Here’s how it works: A PRV is a reward for developing a drug or vaccine to treat a neglected disease. The reward entitles the bearer to a faster (but not less stringent) regulatory review for any other drug or vaccine under development. Time is money in drug development, so PRVs are extremely valuable and have been sold for more than US$300 million. Knowing this, the FDA uses the PRV program to incentivize development of tools for neglected diseases.

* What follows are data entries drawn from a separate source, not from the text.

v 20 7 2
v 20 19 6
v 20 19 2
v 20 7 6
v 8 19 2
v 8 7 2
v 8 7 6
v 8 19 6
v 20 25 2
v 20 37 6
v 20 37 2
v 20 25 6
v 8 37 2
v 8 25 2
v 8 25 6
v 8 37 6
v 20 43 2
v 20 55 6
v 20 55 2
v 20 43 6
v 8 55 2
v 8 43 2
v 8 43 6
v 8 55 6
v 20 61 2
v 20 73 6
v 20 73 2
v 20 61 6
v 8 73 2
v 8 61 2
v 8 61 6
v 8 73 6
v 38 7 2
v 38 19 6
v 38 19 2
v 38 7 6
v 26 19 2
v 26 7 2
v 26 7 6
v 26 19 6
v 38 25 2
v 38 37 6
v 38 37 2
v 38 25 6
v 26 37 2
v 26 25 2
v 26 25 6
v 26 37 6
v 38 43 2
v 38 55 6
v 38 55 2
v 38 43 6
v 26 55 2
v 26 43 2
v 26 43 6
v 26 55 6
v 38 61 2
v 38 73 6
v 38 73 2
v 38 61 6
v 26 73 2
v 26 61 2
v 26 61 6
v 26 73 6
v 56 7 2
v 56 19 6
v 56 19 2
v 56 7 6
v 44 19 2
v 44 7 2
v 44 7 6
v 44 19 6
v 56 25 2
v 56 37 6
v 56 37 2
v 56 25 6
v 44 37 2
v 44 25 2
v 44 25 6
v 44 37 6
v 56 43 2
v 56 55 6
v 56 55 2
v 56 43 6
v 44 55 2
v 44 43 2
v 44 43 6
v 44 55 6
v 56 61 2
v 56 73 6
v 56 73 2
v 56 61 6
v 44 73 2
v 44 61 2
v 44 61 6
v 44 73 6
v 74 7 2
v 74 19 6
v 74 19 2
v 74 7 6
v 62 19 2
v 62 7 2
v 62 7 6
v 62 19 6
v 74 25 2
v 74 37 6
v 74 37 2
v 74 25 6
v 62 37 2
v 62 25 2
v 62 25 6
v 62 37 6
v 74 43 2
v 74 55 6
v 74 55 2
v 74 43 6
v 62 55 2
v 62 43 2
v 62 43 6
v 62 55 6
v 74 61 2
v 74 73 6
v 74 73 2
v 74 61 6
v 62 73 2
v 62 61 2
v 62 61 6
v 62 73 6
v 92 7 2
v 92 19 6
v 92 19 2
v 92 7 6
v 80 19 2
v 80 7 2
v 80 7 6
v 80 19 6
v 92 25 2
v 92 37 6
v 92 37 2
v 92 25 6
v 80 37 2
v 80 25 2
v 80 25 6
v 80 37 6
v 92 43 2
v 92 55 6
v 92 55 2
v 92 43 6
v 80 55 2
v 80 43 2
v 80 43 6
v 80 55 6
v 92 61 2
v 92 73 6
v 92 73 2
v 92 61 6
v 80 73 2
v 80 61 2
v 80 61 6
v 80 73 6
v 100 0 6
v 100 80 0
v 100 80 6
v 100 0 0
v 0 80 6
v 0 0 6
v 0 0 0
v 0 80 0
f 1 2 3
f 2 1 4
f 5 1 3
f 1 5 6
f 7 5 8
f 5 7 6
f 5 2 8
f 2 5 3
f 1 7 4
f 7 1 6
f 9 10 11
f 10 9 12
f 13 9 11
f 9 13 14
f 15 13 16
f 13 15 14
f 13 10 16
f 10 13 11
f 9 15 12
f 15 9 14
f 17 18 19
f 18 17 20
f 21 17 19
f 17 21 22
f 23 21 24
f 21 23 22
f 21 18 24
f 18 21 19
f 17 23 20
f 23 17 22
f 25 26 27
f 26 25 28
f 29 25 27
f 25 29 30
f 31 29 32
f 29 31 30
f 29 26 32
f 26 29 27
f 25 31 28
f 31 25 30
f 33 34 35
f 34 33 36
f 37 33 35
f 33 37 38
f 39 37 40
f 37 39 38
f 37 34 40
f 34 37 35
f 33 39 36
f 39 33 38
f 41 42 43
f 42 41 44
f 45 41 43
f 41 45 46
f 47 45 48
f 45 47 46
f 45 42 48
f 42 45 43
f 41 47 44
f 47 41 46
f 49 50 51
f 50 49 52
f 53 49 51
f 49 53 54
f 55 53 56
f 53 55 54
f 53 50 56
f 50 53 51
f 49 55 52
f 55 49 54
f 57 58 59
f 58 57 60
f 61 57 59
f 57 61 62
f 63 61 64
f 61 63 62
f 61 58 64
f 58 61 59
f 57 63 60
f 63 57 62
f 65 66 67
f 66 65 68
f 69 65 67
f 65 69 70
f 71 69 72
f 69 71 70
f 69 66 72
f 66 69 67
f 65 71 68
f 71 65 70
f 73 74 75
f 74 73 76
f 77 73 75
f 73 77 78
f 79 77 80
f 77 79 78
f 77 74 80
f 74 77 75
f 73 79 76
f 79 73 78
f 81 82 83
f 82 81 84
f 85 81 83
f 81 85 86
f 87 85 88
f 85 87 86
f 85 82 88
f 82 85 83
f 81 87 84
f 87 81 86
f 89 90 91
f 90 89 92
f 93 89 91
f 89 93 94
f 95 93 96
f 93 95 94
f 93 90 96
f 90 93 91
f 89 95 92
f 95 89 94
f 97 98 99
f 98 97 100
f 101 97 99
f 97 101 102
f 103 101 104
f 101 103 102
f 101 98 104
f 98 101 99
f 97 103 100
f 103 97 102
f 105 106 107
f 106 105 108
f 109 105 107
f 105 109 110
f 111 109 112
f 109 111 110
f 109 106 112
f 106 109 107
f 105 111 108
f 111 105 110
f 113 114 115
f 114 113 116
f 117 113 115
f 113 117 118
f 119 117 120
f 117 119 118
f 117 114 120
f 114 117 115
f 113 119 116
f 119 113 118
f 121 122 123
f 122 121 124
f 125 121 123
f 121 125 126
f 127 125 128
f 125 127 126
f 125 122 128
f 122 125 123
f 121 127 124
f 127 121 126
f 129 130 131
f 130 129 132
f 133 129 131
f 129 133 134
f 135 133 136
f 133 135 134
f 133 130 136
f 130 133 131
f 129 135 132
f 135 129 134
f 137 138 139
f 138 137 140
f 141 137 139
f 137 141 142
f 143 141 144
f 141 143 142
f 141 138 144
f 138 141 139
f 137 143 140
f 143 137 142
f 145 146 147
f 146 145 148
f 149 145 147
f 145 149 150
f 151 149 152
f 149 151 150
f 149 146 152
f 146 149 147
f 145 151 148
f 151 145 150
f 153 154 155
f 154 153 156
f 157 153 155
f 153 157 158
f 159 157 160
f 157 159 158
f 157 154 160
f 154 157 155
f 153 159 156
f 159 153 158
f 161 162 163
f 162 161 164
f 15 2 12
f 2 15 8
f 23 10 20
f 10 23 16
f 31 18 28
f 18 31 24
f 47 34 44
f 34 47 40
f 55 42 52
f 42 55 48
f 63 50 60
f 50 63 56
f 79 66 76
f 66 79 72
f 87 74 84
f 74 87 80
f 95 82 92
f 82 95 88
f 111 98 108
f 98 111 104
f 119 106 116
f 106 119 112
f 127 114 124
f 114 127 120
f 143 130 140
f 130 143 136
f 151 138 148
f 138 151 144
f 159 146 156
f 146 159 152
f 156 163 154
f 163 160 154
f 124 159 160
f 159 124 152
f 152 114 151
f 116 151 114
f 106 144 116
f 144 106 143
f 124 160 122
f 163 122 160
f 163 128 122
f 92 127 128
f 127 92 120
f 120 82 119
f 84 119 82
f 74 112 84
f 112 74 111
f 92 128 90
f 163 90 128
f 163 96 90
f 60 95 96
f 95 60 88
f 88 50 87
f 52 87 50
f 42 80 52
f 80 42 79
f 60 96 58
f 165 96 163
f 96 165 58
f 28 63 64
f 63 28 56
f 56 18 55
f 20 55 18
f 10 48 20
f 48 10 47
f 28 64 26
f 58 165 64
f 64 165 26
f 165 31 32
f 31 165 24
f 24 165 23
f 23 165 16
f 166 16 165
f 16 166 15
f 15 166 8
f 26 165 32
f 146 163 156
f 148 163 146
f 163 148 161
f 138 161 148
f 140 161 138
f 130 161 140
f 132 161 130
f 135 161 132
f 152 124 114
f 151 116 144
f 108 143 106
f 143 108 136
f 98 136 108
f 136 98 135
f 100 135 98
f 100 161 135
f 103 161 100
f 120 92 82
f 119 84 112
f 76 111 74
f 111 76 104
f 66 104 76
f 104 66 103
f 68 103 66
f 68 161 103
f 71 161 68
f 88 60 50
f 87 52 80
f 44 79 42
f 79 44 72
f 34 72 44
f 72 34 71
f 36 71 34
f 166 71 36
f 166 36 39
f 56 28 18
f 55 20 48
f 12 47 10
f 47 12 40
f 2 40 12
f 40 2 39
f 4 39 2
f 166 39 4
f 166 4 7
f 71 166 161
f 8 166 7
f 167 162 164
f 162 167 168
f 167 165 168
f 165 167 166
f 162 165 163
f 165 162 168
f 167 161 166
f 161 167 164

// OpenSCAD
$fn=64;
module die_tray() {
  difference() {
    cube([100,80,6]);
    for(ix=[0:4]) for(iy=[0:3])
      translate([8+ix*18,7+iy*18,2]) cube([12,12,5]);
  }
}
die_tray();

If PATH and our partners successfully bring TrBD through FDA approval, we’ll not only make strides toward improving health, but also earn and then monetize a PRV. And that promise—the chance to make an impact and do well by doing good—brought the investors on board.
The role PATH plays
Of course, someone has to put all the pieces together, ushering the project from idea to scale. That’s PATH, and it’s what we’ve been doing for 40 years. Our scientific, drug development, and global health expertise mean that the manufacturers know we “get” what they do. The investors know that we understand their needs. And the scientists know we speak their language. And everyone knows our driving goal: to make better health possible by ensuring that every family has access to the appropriate health innovations they need to thrive.
All in for health
What’s next? Together, we’re planning clinical trials, preparing the drug, and building the package of materials for the FDA review. Approval can only be a few years away, and if successful, we also plan to sell our PRV, repaying our investors and dedicating a portion of the rest to making TrBD affordable and available worldwide. Proceeds from the sale of the PRV will also fund continuing research and development to keep driving down the global burden of STHs.
In the end, Geno—and the consortium—are all looking forward to one final call (at any hour): the moment we’ll announce a new tool to protect families everywhere from parasitic worms.